TASK BRIEF: Beginning with the line below that contains "f 124 113 127" and ending with the line that contains "f 143 110 145", copy every line exactly. Copy nothing else.

RECORDS FOR THIS TASK:
● ● ● ●

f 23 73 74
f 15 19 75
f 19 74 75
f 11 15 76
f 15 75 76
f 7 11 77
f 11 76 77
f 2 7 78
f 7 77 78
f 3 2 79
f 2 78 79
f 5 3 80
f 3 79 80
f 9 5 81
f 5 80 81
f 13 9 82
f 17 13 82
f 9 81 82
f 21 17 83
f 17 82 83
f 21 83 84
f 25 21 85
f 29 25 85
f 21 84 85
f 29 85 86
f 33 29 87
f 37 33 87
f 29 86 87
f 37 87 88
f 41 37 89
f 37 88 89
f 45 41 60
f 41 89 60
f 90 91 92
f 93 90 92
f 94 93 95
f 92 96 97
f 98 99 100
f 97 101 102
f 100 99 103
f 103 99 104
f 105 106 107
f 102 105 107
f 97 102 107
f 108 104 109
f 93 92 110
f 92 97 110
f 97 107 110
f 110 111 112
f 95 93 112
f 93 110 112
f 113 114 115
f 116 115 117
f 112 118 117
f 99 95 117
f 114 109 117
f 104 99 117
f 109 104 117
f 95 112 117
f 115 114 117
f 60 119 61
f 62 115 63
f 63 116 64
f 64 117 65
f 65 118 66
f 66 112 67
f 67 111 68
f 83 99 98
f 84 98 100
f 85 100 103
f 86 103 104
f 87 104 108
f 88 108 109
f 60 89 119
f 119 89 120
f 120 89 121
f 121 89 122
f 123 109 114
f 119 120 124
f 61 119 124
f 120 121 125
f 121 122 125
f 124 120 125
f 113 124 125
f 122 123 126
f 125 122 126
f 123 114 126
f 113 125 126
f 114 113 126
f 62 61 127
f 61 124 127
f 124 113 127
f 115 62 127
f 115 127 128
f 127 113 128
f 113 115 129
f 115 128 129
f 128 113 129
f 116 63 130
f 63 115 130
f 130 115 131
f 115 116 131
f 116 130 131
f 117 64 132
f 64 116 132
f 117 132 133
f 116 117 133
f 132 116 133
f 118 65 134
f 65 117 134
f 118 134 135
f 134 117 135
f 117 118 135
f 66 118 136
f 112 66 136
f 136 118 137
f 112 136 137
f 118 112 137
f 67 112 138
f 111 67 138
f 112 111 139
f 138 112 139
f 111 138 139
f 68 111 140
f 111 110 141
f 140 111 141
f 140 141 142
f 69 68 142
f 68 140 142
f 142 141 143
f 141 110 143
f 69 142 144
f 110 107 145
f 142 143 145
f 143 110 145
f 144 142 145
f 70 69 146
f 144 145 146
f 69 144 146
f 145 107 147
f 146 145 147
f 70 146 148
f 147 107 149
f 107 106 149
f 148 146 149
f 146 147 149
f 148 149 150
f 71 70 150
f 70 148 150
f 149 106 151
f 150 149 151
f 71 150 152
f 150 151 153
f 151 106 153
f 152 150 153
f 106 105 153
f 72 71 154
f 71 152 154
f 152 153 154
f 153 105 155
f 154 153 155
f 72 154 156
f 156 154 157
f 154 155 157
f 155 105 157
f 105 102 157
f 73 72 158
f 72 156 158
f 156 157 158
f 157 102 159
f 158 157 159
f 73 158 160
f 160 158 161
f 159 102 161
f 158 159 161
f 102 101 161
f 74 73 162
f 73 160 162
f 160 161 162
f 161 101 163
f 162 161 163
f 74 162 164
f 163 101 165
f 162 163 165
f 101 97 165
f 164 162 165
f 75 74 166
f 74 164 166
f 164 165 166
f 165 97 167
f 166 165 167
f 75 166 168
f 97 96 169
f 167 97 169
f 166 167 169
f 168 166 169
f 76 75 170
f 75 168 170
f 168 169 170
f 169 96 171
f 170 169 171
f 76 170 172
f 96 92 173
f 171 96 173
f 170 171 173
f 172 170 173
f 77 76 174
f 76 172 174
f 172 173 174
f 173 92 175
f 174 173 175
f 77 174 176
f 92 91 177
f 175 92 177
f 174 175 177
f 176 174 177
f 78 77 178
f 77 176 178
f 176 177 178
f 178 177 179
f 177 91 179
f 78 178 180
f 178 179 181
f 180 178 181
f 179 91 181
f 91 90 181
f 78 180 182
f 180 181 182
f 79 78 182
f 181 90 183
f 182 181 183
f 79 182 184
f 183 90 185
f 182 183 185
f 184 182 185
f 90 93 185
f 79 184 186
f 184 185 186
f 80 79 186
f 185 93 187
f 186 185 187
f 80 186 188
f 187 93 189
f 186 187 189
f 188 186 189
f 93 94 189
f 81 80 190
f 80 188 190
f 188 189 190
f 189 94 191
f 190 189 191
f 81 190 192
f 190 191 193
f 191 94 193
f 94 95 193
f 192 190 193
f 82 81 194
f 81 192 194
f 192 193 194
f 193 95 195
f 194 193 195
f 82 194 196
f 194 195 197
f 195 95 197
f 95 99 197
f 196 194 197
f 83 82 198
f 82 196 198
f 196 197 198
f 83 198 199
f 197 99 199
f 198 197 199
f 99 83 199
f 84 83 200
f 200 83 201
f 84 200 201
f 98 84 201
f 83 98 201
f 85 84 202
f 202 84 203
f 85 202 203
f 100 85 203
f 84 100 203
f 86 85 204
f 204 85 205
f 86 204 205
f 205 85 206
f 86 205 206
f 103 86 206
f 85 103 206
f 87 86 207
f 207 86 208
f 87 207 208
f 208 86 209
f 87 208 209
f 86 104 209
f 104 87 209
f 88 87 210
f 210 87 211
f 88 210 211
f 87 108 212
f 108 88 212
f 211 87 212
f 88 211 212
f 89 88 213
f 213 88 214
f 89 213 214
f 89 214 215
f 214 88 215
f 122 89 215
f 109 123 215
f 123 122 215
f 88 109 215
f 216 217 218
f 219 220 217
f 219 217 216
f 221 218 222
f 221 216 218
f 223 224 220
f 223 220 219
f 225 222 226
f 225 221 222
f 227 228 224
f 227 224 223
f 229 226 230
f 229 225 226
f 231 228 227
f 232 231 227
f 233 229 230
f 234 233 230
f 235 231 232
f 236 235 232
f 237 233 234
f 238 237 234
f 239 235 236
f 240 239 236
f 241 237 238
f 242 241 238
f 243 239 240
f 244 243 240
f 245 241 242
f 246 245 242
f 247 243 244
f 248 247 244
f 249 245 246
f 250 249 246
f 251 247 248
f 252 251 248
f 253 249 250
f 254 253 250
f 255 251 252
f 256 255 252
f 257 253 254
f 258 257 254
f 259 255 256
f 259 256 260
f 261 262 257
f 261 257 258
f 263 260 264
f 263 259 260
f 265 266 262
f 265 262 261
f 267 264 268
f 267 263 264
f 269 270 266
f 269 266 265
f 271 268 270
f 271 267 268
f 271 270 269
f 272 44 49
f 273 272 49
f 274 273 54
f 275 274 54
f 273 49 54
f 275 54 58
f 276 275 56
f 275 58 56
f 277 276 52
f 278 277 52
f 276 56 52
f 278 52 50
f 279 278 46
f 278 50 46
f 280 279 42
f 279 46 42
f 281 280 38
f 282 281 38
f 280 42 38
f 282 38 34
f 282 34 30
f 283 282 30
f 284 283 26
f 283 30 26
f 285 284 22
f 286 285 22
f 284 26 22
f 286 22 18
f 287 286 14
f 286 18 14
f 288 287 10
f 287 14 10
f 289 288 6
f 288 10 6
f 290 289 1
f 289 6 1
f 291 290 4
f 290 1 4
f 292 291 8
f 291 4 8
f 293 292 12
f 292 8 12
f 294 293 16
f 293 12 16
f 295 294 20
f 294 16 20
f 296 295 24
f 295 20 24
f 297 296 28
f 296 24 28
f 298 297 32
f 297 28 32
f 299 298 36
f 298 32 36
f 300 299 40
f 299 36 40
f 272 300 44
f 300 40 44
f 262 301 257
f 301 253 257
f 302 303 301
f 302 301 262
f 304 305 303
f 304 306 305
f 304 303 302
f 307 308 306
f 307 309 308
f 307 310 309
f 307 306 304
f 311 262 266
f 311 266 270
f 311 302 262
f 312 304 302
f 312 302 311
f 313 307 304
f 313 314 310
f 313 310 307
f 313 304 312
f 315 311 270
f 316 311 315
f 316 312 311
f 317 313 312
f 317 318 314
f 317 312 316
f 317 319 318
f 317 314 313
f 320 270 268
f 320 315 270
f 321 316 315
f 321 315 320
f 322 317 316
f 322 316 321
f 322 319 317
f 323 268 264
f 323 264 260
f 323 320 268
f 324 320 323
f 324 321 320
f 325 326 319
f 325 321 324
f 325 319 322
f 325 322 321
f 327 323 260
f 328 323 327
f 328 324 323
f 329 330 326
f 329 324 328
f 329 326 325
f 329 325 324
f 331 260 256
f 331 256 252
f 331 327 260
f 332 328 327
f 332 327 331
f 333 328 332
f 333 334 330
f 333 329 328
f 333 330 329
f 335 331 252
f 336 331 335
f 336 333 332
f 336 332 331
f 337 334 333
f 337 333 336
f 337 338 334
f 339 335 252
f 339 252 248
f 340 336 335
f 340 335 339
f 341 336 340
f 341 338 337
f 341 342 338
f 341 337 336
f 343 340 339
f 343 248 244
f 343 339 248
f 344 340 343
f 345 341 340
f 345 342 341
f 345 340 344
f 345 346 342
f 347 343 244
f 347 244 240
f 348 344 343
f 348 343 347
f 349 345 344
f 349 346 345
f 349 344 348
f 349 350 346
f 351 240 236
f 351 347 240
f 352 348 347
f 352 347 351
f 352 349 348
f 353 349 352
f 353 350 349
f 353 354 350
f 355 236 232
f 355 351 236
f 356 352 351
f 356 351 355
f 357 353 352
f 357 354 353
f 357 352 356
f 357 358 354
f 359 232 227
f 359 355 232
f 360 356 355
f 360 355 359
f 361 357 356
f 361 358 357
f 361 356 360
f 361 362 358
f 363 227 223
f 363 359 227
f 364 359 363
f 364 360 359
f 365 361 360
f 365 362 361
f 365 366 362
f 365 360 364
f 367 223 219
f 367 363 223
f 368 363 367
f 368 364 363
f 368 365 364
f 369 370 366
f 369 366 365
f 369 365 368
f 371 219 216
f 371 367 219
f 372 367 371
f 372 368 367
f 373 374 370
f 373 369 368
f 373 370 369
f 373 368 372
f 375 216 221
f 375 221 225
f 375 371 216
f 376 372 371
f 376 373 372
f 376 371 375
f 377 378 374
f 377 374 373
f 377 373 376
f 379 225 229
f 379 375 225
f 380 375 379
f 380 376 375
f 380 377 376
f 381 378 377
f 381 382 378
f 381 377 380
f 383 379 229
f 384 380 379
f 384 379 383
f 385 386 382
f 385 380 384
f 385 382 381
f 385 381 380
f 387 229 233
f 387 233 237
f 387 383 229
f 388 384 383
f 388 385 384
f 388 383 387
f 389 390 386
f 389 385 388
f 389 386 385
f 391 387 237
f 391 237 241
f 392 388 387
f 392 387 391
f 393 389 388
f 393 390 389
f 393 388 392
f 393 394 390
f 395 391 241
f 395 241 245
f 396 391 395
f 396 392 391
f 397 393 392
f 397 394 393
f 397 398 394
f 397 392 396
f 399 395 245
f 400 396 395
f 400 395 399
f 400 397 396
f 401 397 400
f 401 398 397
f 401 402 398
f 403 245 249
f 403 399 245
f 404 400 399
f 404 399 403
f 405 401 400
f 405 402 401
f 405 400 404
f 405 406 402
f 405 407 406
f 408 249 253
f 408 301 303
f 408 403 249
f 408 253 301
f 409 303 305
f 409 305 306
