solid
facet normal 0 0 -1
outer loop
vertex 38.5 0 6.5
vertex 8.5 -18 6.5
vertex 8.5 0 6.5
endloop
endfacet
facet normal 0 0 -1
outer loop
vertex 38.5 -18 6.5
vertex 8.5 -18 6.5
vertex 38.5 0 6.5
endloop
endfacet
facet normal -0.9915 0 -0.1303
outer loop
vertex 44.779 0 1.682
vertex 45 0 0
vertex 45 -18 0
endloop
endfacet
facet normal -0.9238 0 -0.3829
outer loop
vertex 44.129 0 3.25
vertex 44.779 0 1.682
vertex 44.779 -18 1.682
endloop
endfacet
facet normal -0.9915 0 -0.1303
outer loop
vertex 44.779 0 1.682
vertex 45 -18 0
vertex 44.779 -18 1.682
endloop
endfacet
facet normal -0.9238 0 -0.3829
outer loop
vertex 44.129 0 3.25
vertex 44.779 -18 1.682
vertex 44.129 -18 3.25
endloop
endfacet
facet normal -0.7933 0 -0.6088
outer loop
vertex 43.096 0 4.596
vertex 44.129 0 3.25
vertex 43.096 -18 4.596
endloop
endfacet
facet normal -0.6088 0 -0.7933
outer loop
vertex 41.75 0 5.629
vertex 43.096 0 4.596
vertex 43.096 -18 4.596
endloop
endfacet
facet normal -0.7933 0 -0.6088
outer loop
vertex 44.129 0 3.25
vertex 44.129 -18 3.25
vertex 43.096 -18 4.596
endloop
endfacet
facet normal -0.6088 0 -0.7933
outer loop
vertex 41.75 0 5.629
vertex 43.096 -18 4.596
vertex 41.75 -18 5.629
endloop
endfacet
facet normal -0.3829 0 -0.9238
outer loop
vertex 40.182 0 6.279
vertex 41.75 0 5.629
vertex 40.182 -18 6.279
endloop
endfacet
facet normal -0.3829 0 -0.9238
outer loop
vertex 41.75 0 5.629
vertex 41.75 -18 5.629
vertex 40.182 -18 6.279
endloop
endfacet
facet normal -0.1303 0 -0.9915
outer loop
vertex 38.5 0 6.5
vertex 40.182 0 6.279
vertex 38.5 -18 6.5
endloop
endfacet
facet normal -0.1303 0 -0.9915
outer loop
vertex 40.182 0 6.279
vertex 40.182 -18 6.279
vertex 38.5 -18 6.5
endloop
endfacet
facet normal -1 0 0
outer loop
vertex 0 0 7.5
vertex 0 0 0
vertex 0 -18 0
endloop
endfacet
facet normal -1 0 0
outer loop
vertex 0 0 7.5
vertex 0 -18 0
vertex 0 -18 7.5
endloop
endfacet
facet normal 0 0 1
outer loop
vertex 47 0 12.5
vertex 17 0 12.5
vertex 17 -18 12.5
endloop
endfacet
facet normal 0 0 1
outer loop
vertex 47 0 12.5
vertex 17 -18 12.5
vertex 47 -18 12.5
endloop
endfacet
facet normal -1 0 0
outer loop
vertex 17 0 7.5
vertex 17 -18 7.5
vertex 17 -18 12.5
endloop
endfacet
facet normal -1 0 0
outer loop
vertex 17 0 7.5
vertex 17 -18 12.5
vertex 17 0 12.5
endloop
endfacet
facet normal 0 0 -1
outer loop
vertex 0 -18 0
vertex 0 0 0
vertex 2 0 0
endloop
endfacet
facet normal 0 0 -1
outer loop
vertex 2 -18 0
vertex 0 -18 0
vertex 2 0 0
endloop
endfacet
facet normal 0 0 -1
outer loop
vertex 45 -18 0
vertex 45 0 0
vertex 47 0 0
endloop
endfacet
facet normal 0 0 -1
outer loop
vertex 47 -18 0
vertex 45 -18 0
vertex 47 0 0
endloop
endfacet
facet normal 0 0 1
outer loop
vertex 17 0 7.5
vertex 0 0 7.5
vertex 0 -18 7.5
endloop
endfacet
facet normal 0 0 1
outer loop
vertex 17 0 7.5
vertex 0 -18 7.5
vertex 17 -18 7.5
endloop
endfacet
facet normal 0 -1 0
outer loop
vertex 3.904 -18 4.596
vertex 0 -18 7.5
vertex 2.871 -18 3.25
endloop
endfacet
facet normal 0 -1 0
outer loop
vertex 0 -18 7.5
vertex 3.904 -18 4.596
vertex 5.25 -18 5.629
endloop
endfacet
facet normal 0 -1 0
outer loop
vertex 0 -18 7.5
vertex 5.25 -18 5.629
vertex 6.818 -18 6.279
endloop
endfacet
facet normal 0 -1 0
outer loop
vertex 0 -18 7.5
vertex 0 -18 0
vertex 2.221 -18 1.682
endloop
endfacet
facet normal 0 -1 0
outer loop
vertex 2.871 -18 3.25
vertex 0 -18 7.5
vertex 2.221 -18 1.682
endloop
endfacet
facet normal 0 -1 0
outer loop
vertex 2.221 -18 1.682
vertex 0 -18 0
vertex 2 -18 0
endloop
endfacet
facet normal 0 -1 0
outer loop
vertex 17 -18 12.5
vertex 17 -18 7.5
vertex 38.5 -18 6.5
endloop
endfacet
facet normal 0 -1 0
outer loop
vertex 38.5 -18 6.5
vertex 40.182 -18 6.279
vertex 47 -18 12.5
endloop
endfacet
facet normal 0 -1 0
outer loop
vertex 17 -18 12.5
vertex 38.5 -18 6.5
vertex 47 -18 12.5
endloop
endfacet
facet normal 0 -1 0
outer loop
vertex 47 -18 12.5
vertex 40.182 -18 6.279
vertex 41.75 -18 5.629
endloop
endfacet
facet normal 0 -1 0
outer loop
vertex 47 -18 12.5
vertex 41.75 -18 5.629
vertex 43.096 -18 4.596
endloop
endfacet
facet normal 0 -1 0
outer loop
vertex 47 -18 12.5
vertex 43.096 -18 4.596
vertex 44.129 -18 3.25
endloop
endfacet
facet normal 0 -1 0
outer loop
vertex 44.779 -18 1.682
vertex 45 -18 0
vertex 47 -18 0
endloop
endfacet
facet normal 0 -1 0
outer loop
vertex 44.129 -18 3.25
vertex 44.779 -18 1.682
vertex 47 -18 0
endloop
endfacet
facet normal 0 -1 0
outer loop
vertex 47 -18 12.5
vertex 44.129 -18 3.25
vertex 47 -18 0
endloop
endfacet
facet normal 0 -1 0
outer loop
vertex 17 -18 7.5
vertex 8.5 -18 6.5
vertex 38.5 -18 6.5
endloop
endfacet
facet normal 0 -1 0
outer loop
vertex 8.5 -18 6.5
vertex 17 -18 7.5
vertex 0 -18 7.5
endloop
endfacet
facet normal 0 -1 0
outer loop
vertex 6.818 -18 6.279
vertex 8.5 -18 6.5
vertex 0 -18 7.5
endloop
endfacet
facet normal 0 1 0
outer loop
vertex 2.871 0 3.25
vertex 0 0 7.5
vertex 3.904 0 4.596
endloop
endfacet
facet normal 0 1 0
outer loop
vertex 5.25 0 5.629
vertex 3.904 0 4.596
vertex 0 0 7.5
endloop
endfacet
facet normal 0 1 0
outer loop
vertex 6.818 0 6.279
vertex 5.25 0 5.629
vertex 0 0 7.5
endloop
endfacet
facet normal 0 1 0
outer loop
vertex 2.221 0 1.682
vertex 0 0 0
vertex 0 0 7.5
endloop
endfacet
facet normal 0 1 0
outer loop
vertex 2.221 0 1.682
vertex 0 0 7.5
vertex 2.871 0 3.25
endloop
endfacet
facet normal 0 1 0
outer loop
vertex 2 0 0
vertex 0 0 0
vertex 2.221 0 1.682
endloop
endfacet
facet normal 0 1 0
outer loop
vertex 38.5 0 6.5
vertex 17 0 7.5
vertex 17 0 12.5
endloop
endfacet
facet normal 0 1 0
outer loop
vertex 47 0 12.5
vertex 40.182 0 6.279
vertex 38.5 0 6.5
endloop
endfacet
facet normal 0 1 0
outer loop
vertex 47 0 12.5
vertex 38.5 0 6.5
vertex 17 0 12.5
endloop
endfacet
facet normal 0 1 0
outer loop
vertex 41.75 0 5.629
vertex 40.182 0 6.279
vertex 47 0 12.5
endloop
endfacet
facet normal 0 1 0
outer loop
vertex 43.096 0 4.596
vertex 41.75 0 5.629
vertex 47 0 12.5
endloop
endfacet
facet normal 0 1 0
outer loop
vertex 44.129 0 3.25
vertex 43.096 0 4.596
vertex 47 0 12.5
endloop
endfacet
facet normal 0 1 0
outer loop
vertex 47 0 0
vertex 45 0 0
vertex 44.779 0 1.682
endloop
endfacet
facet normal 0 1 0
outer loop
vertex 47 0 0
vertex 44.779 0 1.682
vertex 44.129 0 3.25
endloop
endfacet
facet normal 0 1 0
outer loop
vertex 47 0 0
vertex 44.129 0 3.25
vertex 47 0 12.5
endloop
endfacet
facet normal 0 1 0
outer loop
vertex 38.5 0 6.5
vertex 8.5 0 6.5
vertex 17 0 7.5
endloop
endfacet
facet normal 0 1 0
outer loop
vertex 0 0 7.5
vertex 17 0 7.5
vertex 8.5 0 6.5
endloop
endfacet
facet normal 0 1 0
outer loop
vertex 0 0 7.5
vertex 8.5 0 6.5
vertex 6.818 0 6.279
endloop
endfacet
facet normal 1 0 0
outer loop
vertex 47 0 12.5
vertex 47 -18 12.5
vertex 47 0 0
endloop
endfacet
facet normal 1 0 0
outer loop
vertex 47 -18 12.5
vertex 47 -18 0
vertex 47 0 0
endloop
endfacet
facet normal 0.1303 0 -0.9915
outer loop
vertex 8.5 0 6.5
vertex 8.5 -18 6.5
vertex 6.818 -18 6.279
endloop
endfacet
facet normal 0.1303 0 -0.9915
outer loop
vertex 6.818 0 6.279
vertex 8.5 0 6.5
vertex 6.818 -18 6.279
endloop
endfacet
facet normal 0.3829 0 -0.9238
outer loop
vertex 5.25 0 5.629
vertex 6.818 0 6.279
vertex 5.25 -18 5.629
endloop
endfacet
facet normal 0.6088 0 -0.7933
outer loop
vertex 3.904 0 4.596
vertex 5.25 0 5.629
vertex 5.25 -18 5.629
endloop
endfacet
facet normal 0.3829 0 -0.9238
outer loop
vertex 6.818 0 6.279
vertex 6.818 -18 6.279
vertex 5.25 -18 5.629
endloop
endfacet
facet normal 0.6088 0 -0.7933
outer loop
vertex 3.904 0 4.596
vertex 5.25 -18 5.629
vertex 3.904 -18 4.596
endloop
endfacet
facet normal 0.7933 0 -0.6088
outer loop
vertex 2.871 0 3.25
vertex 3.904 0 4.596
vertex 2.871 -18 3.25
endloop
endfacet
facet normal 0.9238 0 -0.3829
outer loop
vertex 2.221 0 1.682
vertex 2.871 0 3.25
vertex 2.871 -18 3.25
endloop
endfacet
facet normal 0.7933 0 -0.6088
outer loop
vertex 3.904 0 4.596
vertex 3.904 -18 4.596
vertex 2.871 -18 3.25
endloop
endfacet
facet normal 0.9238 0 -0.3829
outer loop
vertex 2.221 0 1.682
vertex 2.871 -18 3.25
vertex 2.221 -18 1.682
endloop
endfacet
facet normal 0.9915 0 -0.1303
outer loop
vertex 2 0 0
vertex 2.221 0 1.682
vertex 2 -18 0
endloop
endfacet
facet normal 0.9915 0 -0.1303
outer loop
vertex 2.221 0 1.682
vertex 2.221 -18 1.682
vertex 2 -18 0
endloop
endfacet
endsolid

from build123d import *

# Parameters (mm, degrees)
F0_W     = 47
F0_H     = 7.5
F1_DEPTH = 18
F2_W     = 30
F2_H     = 6.5
F3_DEPTH = 25
F4_R     = 6.5
F5_DEPTH = 25
F6_R     = 6.5
F7_DEPTH = 25
F8_W     = 30
F8_H     = 18
F9_DEPTH = 5


with BuildPart() as f1:
    # F0 (on Front) → F1 (new body)
    with BuildSketch(Plane.XZ):
        with Locations((23.5, 3.75)):
            Rectangle(F0_W, F0_H)
    extrude(amount=F1_DEPTH)

    # F2 (on face) → F3 (cut)
    with BuildSketch(Plane.XZ.offset(18)):
        with Locations((23.5, 3.25)):
            Rectangle(F2_W, F2_H)
    extrude(amount=-F3_DEPTH, mode=Mode.SUBTRACT)

    # F4 (on face) → F5 (cut)
    with BuildSketch(Plane.XZ.offset(18)):
        with Locations((8.5, 0)):
            Circle(F4_R)
    extrude(amount=-F5_DEPTH, mode=Mode.SUBTRACT)

    # F6 (on face) → F7 (cut)
    with BuildSketch(Plane.XZ.offset(18)):
        with Locations((38.5, 0)):
            Circle(F6_R)
    extrude(amount=-F7_DEPTH, mode=Mode.SUBTRACT)

    # F8 (on face) → F9 (join)
    with BuildSketch(Plane.XY.offset(7.5)):
        with Locations((32, -9)):
            Rectangle(F8_W, F8_H)
    extrude(amount=F9_DEPTH)


solid = f1.part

● ● ● ●

THE ANSWER:
f 124 113 127
f 115 62 127
f 115 127 128
f 127 113 128
f 113 115 129
f 115 128 129
f 128 113 129
f 116 63 130
f 63 115 130
f 130 115 131
f 115 116 131
f 116 130 131
f 117 64 132
f 64 116 132
f 117 132 133
f 116 117 133
f 132 116 133
f 118 65 134
f 65 117 134
f 118 134 135
f 134 117 135
f 117 118 135
f 66 118 136
f 112 66 136
f 136 118 137
f 112 136 137
f 118 112 137
f 67 112 138
f 111 67 138
f 112 111 139
f 138 112 139
f 111 138 139
f 68 111 140
f 111 110 141
f 140 111 141
f 140 141 142
f 69 68 142
f 68 140 142
f 142 141 143
f 141 110 143
f 69 142 144
f 110 107 145
f 142 143 145
f 143 110 145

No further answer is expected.